Saturday, April 2, 2011

Our subconscious self-righteousness

This morning, I really enjoyed our reading group which is going through Miroslav Volf's Exclusion and Embrace. This post is just about one intriguing issue which came up. Volf begins the chapter, "Exclusion" with comments from Michael Ignatieff about patronising (and self-righteous) European attitudes to ethnic conflicts. [Incidentally, Ignatieff is currently leader of the Liberal Party in Canada].

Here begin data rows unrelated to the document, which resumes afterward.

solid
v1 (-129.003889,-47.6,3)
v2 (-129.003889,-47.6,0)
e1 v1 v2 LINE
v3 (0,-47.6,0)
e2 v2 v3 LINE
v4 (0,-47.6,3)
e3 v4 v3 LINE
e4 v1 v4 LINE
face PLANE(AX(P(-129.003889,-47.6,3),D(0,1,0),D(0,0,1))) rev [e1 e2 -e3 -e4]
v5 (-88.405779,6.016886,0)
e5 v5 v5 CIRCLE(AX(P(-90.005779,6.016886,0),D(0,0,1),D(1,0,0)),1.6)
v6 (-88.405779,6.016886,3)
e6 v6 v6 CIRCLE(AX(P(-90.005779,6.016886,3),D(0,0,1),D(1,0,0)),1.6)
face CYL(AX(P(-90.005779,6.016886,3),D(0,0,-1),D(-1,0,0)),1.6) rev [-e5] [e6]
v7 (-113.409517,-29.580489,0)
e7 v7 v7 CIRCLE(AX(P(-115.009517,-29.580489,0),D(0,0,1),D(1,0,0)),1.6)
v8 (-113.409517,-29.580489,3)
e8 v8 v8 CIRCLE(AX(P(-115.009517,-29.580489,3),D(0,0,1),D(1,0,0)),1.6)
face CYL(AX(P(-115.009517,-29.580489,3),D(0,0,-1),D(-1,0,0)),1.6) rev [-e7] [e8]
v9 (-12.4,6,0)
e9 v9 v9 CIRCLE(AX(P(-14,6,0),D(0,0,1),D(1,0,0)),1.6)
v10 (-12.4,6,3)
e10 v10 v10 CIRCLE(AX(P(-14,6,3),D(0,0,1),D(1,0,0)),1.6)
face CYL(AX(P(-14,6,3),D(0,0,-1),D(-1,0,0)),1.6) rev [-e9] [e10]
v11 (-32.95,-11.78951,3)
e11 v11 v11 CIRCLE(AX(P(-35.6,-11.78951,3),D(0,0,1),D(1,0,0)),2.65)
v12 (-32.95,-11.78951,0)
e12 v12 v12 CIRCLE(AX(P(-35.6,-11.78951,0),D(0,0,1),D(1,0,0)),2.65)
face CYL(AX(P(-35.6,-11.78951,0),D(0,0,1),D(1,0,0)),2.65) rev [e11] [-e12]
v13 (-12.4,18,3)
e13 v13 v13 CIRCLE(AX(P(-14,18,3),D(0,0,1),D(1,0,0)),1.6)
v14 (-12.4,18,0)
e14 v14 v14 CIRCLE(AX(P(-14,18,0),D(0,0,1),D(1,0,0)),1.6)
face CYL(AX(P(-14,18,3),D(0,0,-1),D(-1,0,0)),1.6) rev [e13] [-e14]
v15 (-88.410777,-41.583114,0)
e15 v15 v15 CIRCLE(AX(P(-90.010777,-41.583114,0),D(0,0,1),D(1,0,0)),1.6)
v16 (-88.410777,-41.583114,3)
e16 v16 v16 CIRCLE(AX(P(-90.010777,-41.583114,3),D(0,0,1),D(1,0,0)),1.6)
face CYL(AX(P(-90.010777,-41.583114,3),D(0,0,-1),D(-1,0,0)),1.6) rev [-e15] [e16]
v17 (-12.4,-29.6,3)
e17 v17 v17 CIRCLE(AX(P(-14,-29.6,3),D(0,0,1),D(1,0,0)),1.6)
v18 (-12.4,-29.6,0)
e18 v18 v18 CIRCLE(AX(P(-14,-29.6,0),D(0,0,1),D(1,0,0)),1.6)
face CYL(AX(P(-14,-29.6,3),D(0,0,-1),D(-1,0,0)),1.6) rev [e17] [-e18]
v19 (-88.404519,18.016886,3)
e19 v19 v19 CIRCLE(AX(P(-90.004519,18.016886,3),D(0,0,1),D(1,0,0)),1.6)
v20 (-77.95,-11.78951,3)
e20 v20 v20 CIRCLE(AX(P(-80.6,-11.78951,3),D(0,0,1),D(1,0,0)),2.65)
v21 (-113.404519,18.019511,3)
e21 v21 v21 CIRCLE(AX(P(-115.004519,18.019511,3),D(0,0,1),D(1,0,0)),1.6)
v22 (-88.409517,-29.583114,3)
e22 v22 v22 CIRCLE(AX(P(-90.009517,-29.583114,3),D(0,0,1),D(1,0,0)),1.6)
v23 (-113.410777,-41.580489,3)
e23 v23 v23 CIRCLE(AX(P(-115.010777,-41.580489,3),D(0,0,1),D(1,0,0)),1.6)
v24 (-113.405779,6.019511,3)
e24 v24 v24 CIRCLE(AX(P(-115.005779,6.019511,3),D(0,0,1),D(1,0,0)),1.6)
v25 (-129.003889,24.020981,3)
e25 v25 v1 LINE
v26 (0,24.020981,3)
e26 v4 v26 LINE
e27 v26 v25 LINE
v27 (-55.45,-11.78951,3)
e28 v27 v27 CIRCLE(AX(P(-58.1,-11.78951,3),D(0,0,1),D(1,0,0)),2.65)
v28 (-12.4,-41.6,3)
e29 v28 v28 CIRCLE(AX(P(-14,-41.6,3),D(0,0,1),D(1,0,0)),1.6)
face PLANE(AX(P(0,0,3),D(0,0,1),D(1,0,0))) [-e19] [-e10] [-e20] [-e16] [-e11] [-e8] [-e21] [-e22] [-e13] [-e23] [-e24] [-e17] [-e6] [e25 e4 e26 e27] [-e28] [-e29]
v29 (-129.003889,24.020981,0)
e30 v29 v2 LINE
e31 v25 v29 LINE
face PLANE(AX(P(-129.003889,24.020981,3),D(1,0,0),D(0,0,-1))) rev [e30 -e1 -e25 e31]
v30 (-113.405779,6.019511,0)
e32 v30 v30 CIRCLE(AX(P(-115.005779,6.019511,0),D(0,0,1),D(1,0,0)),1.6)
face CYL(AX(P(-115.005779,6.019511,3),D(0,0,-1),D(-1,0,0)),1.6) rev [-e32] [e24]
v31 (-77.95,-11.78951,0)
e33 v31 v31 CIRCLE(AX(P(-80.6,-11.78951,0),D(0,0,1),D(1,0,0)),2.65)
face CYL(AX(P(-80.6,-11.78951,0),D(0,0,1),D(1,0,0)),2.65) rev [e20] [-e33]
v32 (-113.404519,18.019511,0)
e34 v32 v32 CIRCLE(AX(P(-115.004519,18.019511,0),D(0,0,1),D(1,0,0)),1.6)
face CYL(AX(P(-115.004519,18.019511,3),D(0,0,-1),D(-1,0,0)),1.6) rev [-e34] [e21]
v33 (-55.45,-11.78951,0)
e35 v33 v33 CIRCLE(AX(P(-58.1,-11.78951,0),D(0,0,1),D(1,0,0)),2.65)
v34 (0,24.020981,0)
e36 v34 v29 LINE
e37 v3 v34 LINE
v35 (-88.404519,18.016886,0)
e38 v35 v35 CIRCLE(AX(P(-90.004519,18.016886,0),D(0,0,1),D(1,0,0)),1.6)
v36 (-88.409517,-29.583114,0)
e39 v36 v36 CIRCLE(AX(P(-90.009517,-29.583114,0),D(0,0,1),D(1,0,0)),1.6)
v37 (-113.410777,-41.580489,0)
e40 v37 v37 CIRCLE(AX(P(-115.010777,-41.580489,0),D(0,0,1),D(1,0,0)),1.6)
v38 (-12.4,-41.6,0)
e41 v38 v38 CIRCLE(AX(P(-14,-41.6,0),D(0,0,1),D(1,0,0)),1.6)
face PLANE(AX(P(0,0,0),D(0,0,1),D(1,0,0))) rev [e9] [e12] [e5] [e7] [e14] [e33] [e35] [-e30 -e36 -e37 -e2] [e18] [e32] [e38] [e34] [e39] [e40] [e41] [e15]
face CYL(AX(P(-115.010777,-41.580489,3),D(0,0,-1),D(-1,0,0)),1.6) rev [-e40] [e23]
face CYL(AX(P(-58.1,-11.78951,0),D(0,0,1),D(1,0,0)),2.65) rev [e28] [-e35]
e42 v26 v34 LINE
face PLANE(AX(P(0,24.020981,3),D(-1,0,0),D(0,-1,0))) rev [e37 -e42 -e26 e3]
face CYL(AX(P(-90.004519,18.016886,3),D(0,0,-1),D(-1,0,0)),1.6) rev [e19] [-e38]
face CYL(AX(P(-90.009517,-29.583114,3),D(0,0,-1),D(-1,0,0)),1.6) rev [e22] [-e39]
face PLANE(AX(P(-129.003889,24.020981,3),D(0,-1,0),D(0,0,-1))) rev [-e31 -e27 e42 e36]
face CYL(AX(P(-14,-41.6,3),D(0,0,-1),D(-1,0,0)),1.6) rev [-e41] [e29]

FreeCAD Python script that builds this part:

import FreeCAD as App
import Part
import Sketcher
from FreeCAD import Vector
Q = App.Units.Quantity


def add_polygon(sketch, points):
    """Adds a closed chain of lines whose ends are joined by coincident constraints."""
    first, n = sketch.GeometryCount, len(points)
    for a, b in zip(points, points[1:] + points[:1]):
        sketch.addGeometry(Part.LineSegment(App.Vector(*a, 0), App.Vector(*b, 0)), False)
    for i in range(n):
        sketch.addConstraint(Sketcher.Constraint("Coincident", first + i, 2, first + (i + 1) % n, 1))

doc = App.newDocument("Part")
body = doc.addObject("PartDesign::Body", "Body")

sketch1 = body.newObject("Sketcher::SketchObject", "Sketch")
sketch1.AttachmentSupport = (doc.getObject("XY_Plane"), [""])
sketch1.MapMode = "FlatFace"
add_polygon(sketch1, [(-129, 24), (-129, -47.6), (0, -47.6), (0, 24)])
sketch1.addGeometry(Part.Circle(Vector(-115, -41.6, 0), Vector(0, 0, 1), 1.6), False)
sketch1.addGeometry(Part.Circle(Vector(-115, -29.6, 0), Vector(0, 0, 1), 1.6), False)
sketch1.addGeometry(Part.Circle(Vector(-90, -41.6, 0), Vector(0, 0, 1), 1.6), False)
sketch1.addGeometry(Part.Circle(Vector(-90, -29.6, 0), Vector(0, 0, 1), 1.6), False)
sketch1.addGeometry(Part.Circle(Vector(-14, -41.6, 0), Vector(0, 0, 1), 1.6), False)
sketch1.addGeometry(Part.Circle(Vector(-14, -29.6, 0), Vector(0, 0, 1), 1.6), False)
sketch1.addGeometry(Part.Circle(Vector(-115, 6, 0), Vector(0, 0, 1), 1.6), False)
sketch1.addGeometry(Part.Circle(Vector(-115, 18, 0), Vector(0, 0, 1), 1.6), False)
sketch1.addGeometry(Part.Circle(Vector(-90, 6, 0), Vector(0, 0, 1), 1.6), False)
sketch1.addGeometry(Part.Circle(Vector(-90, 18, 0), Vector(0, 0, 1), 1.6), False)
sketch1.addGeometry(Part.Circle(Vector(-14, 6, 0), Vector(0, 0, 1), 1.6), False)
sketch1.addGeometry(Part.Circle(Vector(-14, 18, 0), Vector(0, 0, 1), 1.6), False)
sketch1.addConstraint([
    Sketcher.Constraint("Vertical", 0),
    Sketcher.Constraint("Horizontal", 1),
    Sketcher.Constraint("Vertical", 2),
    Sketcher.Constraint("Horizontal", 3),
    Sketcher.Constraint("Equal", 4, 5),
    Sketcher.Constraint("Equal", 5, 6),
    Sketcher.Constraint("Equal", 6, 7),
    Sketcher.Constraint("Equal", 7, 8),
    Sketcher.Constraint("Equal", 8, 9),
    Sketcher.Constraint("Equal", 9, 10),
    Sketcher.Constraint("Equal", 10, 11),
    Sketcher.Constraint("Equal", 11, 12),
    Sketcher.Constraint("Equal", 12, 13),
    Sketcher.Constraint("Equal", 13, 14),
    Sketcher.Constraint("Equal", 14, 15),
    Sketcher.Constraint("PointOnObject", 1, 2, -2),
    Sketcher.Constraint("Vertical", 8, 3, 9, 3),
    Sketcher.Constraint("Vertical", 9, 3, 14, 3),
    Sketcher.Constraint("Vertical", 14, 3, 15, 3),
    Sketcher.Constraint("Diameter", 4, Q("3.2 mm")),
    Sketcher.Constraint("DistanceX", 8, 3, -1, 1, Q("14 mm")),
    Sketcher.Constraint("DistanceY", -1, 1, 14, 3, Q("6 mm")),
    Sketcher.Constraint("DistanceY", -1, 1, 15, 3, Q("18 mm")),
    Sketcher.Constraint("DistanceY", 4, 3, 5, 3, Q("12 mm")),
    Sketcher.Constraint("DistanceX", 4, 3, 6, 3, Q("25 mm")),
    Sketcher.Constraint("DistanceY", 6, 3, 7, 3, Q("12 mm")),
    Sketcher.Constraint("DistanceX", 5, 3, 7, 3, Q("25 mm")),
    Sketcher.Constraint("DistanceY", 8, 3, 9, 3, Q("12 mm")),
    Sketcher.Constraint("DistanceY", 10, 3, 11, 3, Q("12 mm")),
    Sketcher.Constraint("DistanceX", 10, 3, 12, 3, Q("25 mm")),
    Sketcher.Constraint("DistanceY", 12, 3, 13, 3, Q("12 mm")),
    Sketcher.Constraint("DistanceX", 11, 3, 13, 3, Q("25 mm")),
    Sketcher.Constraint("DistanceY", 1, 2, 8, 3, Q("6 mm")),
    Sketcher.Constraint("DistanceY", 8, 3, -1, 1, Q("41.6 mm")),
    Sketcher.Constraint("DistanceY", 5, 3, 10, 3, Q("35.6 mm")),
    Sketcher.Constraint("DistanceY", 7, 3, 12, 3, Q("35.6 mm")),
    Sketcher.Constraint("DistanceX", 4, 3, 10, 3, Q("0.004998 mm")),
    Sketcher.Constraint("DistanceX", 5, 3, 11, 3, Q("0.004998 mm")),
    Sketcher.Constraint("DistanceX", 1, 1, 1, 2, Q("129.003889 mm")),
    Sketcher.Constraint("DistanceY", 0, 2, 0, 1, Q("71.620981 mm")),
    Sketcher.Constraint("DistanceY", 4, 3, -1, 1, Q("41.580489 mm")),
    Sketcher.Constraint("DistanceX", 10, 3, -1, 1, Q("115.005779 mm")),
    Sketcher.Constraint("DistanceX", 11, 3, -1, 1, Q("115.004519 mm")),
    Sketcher.Constraint("DistanceY", 6, 3, -1, 1, Q("41.583114 mm")),
])
pad1 = body.newObject("PartDesign::Pad", "Pad")
pad1.Profile = sketch1
pad1.Length = 3

sketch2 = body.newObject("Sketcher::SketchObject", "Sketch001")
sketch2.AttachmentSupport = (doc.getObject("XY_Plane"), [""])
sketch2.MapMode = "FlatFace"
sketch2.AttachmentOffset = App.Placement(Vector(0, 0, 3), App.Rotation())
sketch2.addGeometry(Part.Circle(Vector(-58.1, -11.8, 0), Vector(0, 0, 1), 2.6), False)
sketch2.addConstraint([
    Sketcher.Constraint("Diameter", 0, Q("5.3 mm")),
    Sketcher.Constraint("DistanceX", 0, 3, -1, 1, Q("58.1 mm")),
    Sketcher.Constraint("DistanceY", 0, 3, -1, 1, Q("11.78951 mm")),
])
pocket1 = body.newObject("PartDesign::Pocket", "Pocket")
pocket1.Profile = sketch2
pocket1.Length = 3

sketch3 = body.newObject("Sketcher::SketchObject", "Sketch002")
sketch3.AttachmentSupport = (doc.getObject("XY_Plane"), [""])
sketch3.MapMode = "FlatFace"
sketch3.AttachmentOffset = App.Placement(Vector(0, 0, 3), App.Rotation())
sketch3.addGeometry([
    Part.Circle(Vector(-80.6, -11.8, 0), Vector(0, 0, 1), 2.6),
    Part.Circle(Vector(-35.6, -11.8, 0), Vector(0, 0, 1), 2.6),
], False)
sketch3.addConstraint([
    Sketcher.Constraint("Equal", 0, 1),
    Sketcher.Constraint("Horizontal", 0, 3, 1, 3),
    Sketcher.Constraint("Diameter", 0, Q("5.3 mm")),
    Sketcher.Constraint("DistanceX", 0, 3, 1, 3, Q("45 mm")),
    Sketcher.Constraint("DistanceX", 0, 3, -1, 1, Q("80.6 mm")),
    Sketcher.Constraint("DistanceY", 0, 3, -1, 1, Q("11.78951 mm")),
])
pocket2 = body.newObject("PartDesign::Pocket", "Pocket001")
pocket2.Profile = sketch3
pocket2.Length = 3

doc.recompute()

A 1995 journal article by Ignatieff, The seductiveness of moral disgust  considers the motivations for and failures of Western military interventions, particularly that in Bosnia and Kosovo:
There was a strong element of narcissism buried inside the more obvious motivations leading the West to intervene. We intervened not only to save others but also to save ourselves, or rather an image of ourselves as defenders of universal decencies. We wanted to show that Europe "meant" something, stood for toleration within a peaceable and civilized civil society. This imaginary Europe, this narcissistic image of ourselves, we believed was incarnated in the myth of a multiethnic, multiconfessional Bosnia.
The essay is reprinted in a book, The Warriors Honour: Ethnic war and the modern conscience. The book also contains an essay, "Nationalism and the narcissism of minor difference". Apparently this is an illusion to the claim of Freud that a signature of Narcissism is the amplification of "minor difference".

So what? To me this is just another example of how humans all have an incredibly powerful subconscious force driving us towards self-righteousness. This is what drives the creation, maintenance, and promulgation of religion.

God has placed within us a strong desire to be right and to be in right relationship. But we pervert this desire by trying to establish our own righteousness by self-justification and comparison to others unrighteousness. But the only way we can be right with God and be justified is if we accept his gift of righteousness provided by Jesus. (Romans 3:21-26).